> Activity:
Below are some entries. Repeat exactly the lines from the one with "e61 v42 v42" through the one with "e72 v47 v47", and only those.

-----

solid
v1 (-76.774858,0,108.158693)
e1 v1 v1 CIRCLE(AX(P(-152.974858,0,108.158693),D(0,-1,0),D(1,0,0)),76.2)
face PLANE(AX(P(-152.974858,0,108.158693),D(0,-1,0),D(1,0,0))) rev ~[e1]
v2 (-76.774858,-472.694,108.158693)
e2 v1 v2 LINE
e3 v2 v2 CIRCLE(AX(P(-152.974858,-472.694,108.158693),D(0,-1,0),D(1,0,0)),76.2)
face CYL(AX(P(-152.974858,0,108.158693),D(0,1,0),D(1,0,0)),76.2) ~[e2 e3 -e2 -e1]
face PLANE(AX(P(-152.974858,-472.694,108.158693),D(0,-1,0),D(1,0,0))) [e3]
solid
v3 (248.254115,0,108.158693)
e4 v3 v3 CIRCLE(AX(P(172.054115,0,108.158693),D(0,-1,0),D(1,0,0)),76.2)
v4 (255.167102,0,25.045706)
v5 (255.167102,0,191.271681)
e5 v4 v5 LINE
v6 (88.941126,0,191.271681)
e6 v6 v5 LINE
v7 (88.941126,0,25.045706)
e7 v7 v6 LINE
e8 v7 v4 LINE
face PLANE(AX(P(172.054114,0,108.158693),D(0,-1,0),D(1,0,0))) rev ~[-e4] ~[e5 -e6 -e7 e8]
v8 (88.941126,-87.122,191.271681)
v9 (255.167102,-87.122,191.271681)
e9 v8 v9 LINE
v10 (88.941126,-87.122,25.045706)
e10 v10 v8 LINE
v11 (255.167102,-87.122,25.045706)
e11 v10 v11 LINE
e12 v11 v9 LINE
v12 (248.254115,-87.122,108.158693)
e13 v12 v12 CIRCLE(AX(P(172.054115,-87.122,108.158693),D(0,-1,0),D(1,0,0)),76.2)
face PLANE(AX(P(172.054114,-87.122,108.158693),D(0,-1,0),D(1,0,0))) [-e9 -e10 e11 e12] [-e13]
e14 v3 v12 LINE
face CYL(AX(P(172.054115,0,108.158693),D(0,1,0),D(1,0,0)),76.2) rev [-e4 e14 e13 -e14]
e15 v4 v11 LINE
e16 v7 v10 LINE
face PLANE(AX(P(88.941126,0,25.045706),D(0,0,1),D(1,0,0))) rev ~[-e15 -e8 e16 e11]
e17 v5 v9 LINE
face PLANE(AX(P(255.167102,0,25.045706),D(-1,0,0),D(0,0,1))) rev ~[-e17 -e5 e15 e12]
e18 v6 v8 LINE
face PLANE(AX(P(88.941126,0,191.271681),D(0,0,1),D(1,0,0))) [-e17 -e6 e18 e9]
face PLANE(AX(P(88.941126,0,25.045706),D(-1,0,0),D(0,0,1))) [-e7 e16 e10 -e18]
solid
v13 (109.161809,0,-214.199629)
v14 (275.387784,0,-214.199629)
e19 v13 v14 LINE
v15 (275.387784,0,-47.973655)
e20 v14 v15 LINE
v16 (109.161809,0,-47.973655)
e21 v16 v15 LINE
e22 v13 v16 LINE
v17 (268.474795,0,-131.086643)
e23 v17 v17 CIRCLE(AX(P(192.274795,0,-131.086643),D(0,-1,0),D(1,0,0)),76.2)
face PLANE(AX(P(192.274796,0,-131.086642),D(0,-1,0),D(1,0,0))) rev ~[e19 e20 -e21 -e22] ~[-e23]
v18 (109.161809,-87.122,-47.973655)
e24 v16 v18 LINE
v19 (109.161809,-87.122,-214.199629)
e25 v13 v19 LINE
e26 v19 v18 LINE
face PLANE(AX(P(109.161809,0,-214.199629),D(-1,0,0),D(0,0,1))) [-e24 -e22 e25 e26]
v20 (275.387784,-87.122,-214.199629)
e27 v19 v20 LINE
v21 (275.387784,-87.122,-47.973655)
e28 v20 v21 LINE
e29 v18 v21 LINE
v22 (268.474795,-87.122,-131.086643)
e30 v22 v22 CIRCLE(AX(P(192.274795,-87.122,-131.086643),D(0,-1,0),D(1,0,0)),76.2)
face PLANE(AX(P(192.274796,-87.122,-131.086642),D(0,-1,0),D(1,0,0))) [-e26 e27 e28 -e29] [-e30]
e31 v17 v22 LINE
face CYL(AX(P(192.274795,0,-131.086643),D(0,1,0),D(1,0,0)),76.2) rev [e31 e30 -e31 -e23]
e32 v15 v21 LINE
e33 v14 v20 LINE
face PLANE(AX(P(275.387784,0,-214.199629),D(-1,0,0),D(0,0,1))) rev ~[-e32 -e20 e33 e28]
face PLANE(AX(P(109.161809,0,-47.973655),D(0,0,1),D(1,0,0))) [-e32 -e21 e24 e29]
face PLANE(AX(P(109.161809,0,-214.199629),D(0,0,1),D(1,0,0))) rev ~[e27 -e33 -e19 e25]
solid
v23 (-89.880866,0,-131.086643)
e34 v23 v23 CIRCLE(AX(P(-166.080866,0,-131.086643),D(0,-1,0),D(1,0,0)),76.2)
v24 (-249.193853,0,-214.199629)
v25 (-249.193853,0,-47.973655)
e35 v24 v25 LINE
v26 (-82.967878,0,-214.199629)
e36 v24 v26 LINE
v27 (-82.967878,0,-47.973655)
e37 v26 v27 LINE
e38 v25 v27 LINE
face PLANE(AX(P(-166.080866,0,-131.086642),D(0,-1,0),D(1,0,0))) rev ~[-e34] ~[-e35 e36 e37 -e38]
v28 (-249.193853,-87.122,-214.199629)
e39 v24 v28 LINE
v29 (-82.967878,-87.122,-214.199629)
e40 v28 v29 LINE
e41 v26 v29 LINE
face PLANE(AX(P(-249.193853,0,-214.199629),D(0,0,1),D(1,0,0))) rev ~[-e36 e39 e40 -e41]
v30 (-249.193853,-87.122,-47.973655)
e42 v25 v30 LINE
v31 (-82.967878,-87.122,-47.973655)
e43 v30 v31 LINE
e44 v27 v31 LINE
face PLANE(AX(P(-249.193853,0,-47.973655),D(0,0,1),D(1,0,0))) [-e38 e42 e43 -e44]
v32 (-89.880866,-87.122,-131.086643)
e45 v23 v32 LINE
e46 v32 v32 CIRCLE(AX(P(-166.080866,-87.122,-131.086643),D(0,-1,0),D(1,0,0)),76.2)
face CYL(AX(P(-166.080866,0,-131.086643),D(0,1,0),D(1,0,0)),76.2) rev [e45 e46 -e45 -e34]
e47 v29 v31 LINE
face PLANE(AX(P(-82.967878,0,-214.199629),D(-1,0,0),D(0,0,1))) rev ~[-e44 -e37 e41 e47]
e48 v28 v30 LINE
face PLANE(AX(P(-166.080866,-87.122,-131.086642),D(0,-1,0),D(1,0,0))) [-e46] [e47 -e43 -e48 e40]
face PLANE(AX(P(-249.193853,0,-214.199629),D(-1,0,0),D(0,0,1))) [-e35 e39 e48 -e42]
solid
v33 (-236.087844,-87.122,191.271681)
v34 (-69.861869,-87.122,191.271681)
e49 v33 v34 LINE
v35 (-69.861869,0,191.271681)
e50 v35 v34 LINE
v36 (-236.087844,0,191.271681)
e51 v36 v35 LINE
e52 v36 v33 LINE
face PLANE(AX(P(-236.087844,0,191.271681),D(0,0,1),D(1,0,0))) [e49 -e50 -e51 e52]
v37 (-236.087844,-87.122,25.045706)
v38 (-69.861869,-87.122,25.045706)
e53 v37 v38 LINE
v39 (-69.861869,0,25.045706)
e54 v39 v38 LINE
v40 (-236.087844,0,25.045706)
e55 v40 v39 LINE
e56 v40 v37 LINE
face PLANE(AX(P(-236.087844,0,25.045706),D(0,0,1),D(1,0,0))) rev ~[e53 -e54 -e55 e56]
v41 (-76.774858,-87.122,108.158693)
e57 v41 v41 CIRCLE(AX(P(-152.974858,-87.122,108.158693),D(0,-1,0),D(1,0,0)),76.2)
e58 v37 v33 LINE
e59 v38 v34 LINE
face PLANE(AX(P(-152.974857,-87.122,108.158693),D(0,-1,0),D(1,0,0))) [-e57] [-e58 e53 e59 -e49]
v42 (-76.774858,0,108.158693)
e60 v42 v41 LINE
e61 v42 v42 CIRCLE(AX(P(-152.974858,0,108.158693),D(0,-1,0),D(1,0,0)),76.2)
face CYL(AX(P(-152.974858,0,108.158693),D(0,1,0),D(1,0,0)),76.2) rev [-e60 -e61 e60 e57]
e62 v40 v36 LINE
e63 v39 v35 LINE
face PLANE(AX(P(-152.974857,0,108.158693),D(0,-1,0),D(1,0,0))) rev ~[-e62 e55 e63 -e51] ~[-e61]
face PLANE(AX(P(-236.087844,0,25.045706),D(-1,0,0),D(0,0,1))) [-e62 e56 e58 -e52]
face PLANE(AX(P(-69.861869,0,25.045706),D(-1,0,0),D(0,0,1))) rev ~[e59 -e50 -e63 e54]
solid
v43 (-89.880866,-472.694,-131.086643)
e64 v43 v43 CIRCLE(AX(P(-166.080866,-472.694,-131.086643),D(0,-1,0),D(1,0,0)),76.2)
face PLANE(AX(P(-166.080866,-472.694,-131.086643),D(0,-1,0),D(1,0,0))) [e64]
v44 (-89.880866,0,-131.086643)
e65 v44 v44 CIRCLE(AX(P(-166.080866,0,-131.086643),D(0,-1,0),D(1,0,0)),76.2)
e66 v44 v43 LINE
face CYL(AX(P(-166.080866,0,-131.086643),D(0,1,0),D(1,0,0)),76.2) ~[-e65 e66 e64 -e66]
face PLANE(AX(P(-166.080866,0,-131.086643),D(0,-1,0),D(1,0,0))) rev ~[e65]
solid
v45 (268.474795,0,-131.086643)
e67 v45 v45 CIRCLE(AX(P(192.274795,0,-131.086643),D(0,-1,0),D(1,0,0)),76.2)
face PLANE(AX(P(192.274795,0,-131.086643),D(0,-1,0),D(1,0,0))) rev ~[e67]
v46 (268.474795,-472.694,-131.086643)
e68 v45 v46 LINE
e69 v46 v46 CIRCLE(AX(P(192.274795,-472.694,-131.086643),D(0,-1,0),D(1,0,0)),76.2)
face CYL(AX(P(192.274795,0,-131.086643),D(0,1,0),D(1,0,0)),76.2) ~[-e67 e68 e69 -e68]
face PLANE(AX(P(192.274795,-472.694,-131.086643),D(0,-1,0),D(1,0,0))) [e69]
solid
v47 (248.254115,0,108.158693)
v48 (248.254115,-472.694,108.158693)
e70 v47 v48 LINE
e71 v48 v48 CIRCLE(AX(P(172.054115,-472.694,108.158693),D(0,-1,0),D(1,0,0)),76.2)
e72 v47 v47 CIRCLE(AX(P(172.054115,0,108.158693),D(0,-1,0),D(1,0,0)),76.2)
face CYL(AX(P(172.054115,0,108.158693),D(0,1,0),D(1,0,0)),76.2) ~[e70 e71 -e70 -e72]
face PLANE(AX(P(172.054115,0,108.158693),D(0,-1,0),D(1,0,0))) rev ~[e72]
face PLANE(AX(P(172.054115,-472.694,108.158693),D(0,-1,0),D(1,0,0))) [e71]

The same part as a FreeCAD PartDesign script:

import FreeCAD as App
import Part
import Sketcher
from FreeCAD import Vector
Q = App.Units.Quantity


def add_polygon(sketch, points):
    """Adds a closed chain of lines whose ends are joined by coincident constraints."""
    first, n = sketch.GeometryCount, len(points)
    for a, b in zip(points, points[1:] + points[:1]):
        sketch.addGeometry(Part.LineSegment(App.Vector(*a, 0), App.Vector(*b, 0)), False)
    for i in range(n):
        sketch.addConstraint(Sketcher.Constraint("Coincident", first + i, 2, first + (i + 1) % n, 1))

doc = App.newDocument("Part")
params = doc.addObject("Spreadsheet::Sheet", "Params")
for row, (alias, value) in enumerate([
    ("sketch1_diameter", "6 in"),
    ("pad1_length", "3.43 in"),
    ("sketch2_diameter", "6 in"),
    ("pad2_length", "18.61 in"),
], start=1):
    params.set(f"A{row}", alias)
    params.set(f"B{row}", "=" + value)
    params.setAlias(f"B{row}", alias)

body = doc.addObject("PartDesign::Body", "Body")
body.AllowCompound = True

sketch1 = doc.addObject("Sketcher::SketchObject", "Sketch")
body.addObject(sketch1)
sketch1.AttachmentSupport = (doc.XZ_Plane, [""])
sketch1.MapMode = "FlatFace"
add_polygon(sketch1, [(-236, 191), (-236, 25), (-70, 25), (-70, 191)])
sketch1.addGeometry(Part.Circle(Vector(-153, 108, 0), Vector(0, 0, 1), 76), False)
add_polygon(sketch1, [(-249, -48), (-249, -214), (-83, -214), (-83, -48)])
sketch1.addGeometry(Part.Circle(Vector(-166, -131, 0), Vector(0, 0, 1), 76), False)
add_polygon(sketch1, [(109, -48), (109, -214), (275, -214), (275, -48)])
sketch1.addGeometry(Part.Circle(Vector(192, -131, 0), Vector(0, 0, 1), 76), False)
add_polygon(sketch1, [(89, 191), (89, 25), (255, 25), (255, 191)])
sketch1.addGeometry(Part.Circle(Vector(172, 108, 0), Vector(0, 0, 1), 76), False)
sketch1.addConstraint([
    Sketcher.Constraint("Vertical", 0),
    Sketcher.Constraint("Horizontal", 1),
    Sketcher.Constraint("Vertical", 2),
    Sketcher.Constraint("Horizontal", 3),
    Sketcher.Constraint("Vertical", 5),
    Sketcher.Constraint("Horizontal", 6),
    Sketcher.Constraint("Vertical", 7),
    Sketcher.Constraint("Horizontal", 8),
    Sketcher.Constraint("Vertical", 10),
    Sketcher.Constraint("Horizontal", 11),
    Sketcher.Constraint("Vertical", 12),
    Sketcher.Constraint("Horizontal", 13),
    Sketcher.Constraint("Vertical", 15),
    Sketcher.Constraint("Horizontal", 16),
    Sketcher.Constraint("Vertical", 17),
    Sketcher.Constraint("Horizontal", 18),
    Sketcher.Constraint("Equal", 4, 9),
    Sketcher.Constraint("Equal", 9, 14),
    Sketcher.Constraint("Equal", 14, 19),
    Sketcher.Constraint("Horizontal", 9, 3, 14, 3),
    Sketcher.Constraint("Horizontal", 4, 3, 19, 3),
    Sketcher.Constraint("Horizontal", 6, 2, 10, 2),
    Sketcher.Constraint("Horizontal", 8, 2, 12, 2),
    Sketcher.Constraint("Horizontal", 1, 2, 15, 2),
    Sketcher.Constraint("Horizontal", 3, 2, 17, 2),
    Sketcher.Constraint("Equal", 3, 6),
    Sketcher.Constraint("Equal", 8, 11),
    Sketcher.Constraint("Equal", 13, 16),
    Sketcher.Constraint("Equal", 18, 0),
    Sketcher.Constraint("Equal", 2, 5),
    Sketcher.Constraint("Diameter", 4, Q("6 in")),
    Sketcher.Constraint("DistanceX", -1, 1, 16, 2, Q("255.167102 mm")),
    Sketcher.Constraint("DistanceX", 1, 1, 1, 2, Q("166.225975 mm")),
    Sketcher.Constraint("DistanceX", 4, 3, -1, 1, Q("152.974858 mm")),
    Sketcher.Constraint("DistanceX", 1, 2, -1, 1, Q("69.861869 mm")),
    Sketcher.Constraint("DistanceY", -1, 1, 2, 2, Q("191.271681 mm")),
    Sketcher.Constraint("DistanceY", 5, 2, -1, 1, Q("214.199629 mm")),
    Sketcher.Constraint("DistanceX", 6, 2, -1, 1, Q("82.967878 mm")),
    Sketcher.Constraint("DistanceX", -1, 1, 10, 2, Q("109.161809 mm")),
    Sketcher.Constraint("DistanceX", 9, 3, 14, 3, Q("358.355661 mm")),
    Sketcher.Constraint("DistanceX", 19, 3, 14, 3, Q("20.22068 mm")),
    Sketcher.Constraint("DistanceX", 0, 2, 9, 3, Q("70.006979 mm")),
    Sketcher.Constraint("DistanceY", 9, 3, 0, 2, Q("156.132349 mm")),
    Sketcher.Constraint("DistanceY", -1, 1, 4, 3, Q("108.158693 mm")),
])
sketch1.setExpression("Constraints[46]", "Params.sketch1_diameter")
pad1 = doc.addObject("PartDesign::Pad", "Pad")
body.addObject(pad1)
pad1.Profile = sketch1
pad1.setExpression("Length", "Params.pad1_length")
body2 = doc.addObject("PartDesign::Body", "Body001")
body2.AllowCompound = True

sketch2 = doc.addObject("Sketcher::SketchObject", "Sketch001")
body2.addObject(sketch2)
sketch2.AttachmentSupport = (doc.getObject("XZ_Plane001"), [""])
sketch2.MapMode = "FlatFace"
sketch2.addGeometry([
    Part.Circle(Vector(-166, -131, 0), Vector(0, 0, 1), 76),
    Part.Circle(Vector(-153, 108, 0), Vector(0, 0, 1), 76),
    Part.Circle(Vector(172, 108, 0), Vector(0, 0, 1), 76),
    Part.Circle(Vector(192, -131, 0), Vector(0, 0, 1), 76),
], False)
sketch2.addConstraint([
    Sketcher.Constraint("Equal", 0, 1),
    Sketcher.Constraint("Equal", 1, 2),
    Sketcher.Constraint("Equal", 2, 3),
    Sketcher.Constraint("Horizontal", 1, 3, 2, 3),
    Sketcher.Constraint("Horizontal", 0, 3, 3, 3),
    Sketcher.Constraint("Diameter", 0, Q("6 in")),
    Sketcher.Constraint("DistanceX", 1, 3, -1, 1, Q("152.974858 mm")),
    Sketcher.Constraint("DistanceX", 0, 3, 2, 3, Q("338.134981 mm")),
    Sketcher.Constraint("DistanceX", 2, 3, 3, 3, Q("20.22068 mm")),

-----

> Exercise result:
e61 v42 v42 CIRCLE(AX(P(-152.974858,0,108.158693),D(0,-1,0),D(1,0,0)),76.2)
face CYL(AX(P(-152.974858,0,108.158693),D(0,1,0),D(1,0,0)),76.2) rev [-e60 -e61 e60 e57]
e62 v40 v36 LINE
e63 v39 v35 LINE
face PLANE(AX(P(-152.974857,0,108.158693),D(0,-1,0),D(1,0,0))) rev ~[-e62 e55 e63 -e51] ~[-e61]
face PLANE(AX(P(-236.087844,0,25.045706),D(-1,0,0),D(0,0,1))) [-e62 e56 e58 -e52]
face PLANE(AX(P(-69.861869,0,25.045706),D(-1,0,0),D(0,0,1))) rev ~[e59 -e50 -e63 e54]
solid
v43 (-89.880866,-472.694,-131.086643)
e64 v43 v43 CIRCLE(AX(P(-166.080866,-472.694,-131.086643),D(0,-1,0),D(1,0,0)),76.2)
face PLANE(AX(P(-166.080866,-472.694,-131.086643),D(0,-1,0),D(1,0,0))) [e64]
v44 (-89.880866,0,-131.086643)
e65 v44 v44 CIRCLE(AX(P(-166.080866,0,-131.086643),D(0,-1,0),D(1,0,0)),76.2)
e66 v44 v43 LINE
face CYL(AX(P(-166.080866,0,-131.086643),D(0,1,0),D(1,0,0)),76.2) ~[-e65 e66 e64 -e66]
face PLANE(AX(P(-166.080866,0,-131.086643),D(0,-1,0),D(1,0,0))) rev ~[e65]
solid
v45 (268.474795,0,-131.086643)
e67 v45 v45 CIRCLE(AX(P(192.274795,0,-131.086643),D(0,-1,0),D(1,0,0)),76.2)
face PLANE(AX(P(192.274795,0,-131.086643),D(0,-1,0),D(1,0,0))) rev ~[e67]
v46 (268.474795,-472.694,-131.086643)
e68 v45 v46 LINE
e69 v46 v46 CIRCLE(AX(P(192.274795,-472.694,-131.086643),D(0,-1,0),D(1,0,0)),76.2)
face CYL(AX(P(192.274795,0,-131.086643),D(0,1,0),D(1,0,0)),76.2) ~[-e67 e68 e69 -e68]
face PLANE(AX(P(192.274795,-472.694,-131.086643),D(0,-1,0),D(1,0,0))) [e69]
solid
v47 (248.254115,0,108.158693)
v48 (248.254115,-472.694,108.158693)
e70 v47 v48 LINE
e71 v48 v48 CIRCLE(AX(P(172.054115,-472.694,108.158693),D(0,-1,0),D(1,0,0)),76.2)
e72 v47 v47 CIRCLE(AX(P(172.054115,0,108.158693),D(0,-1,0),D(1,0,0)),76.2)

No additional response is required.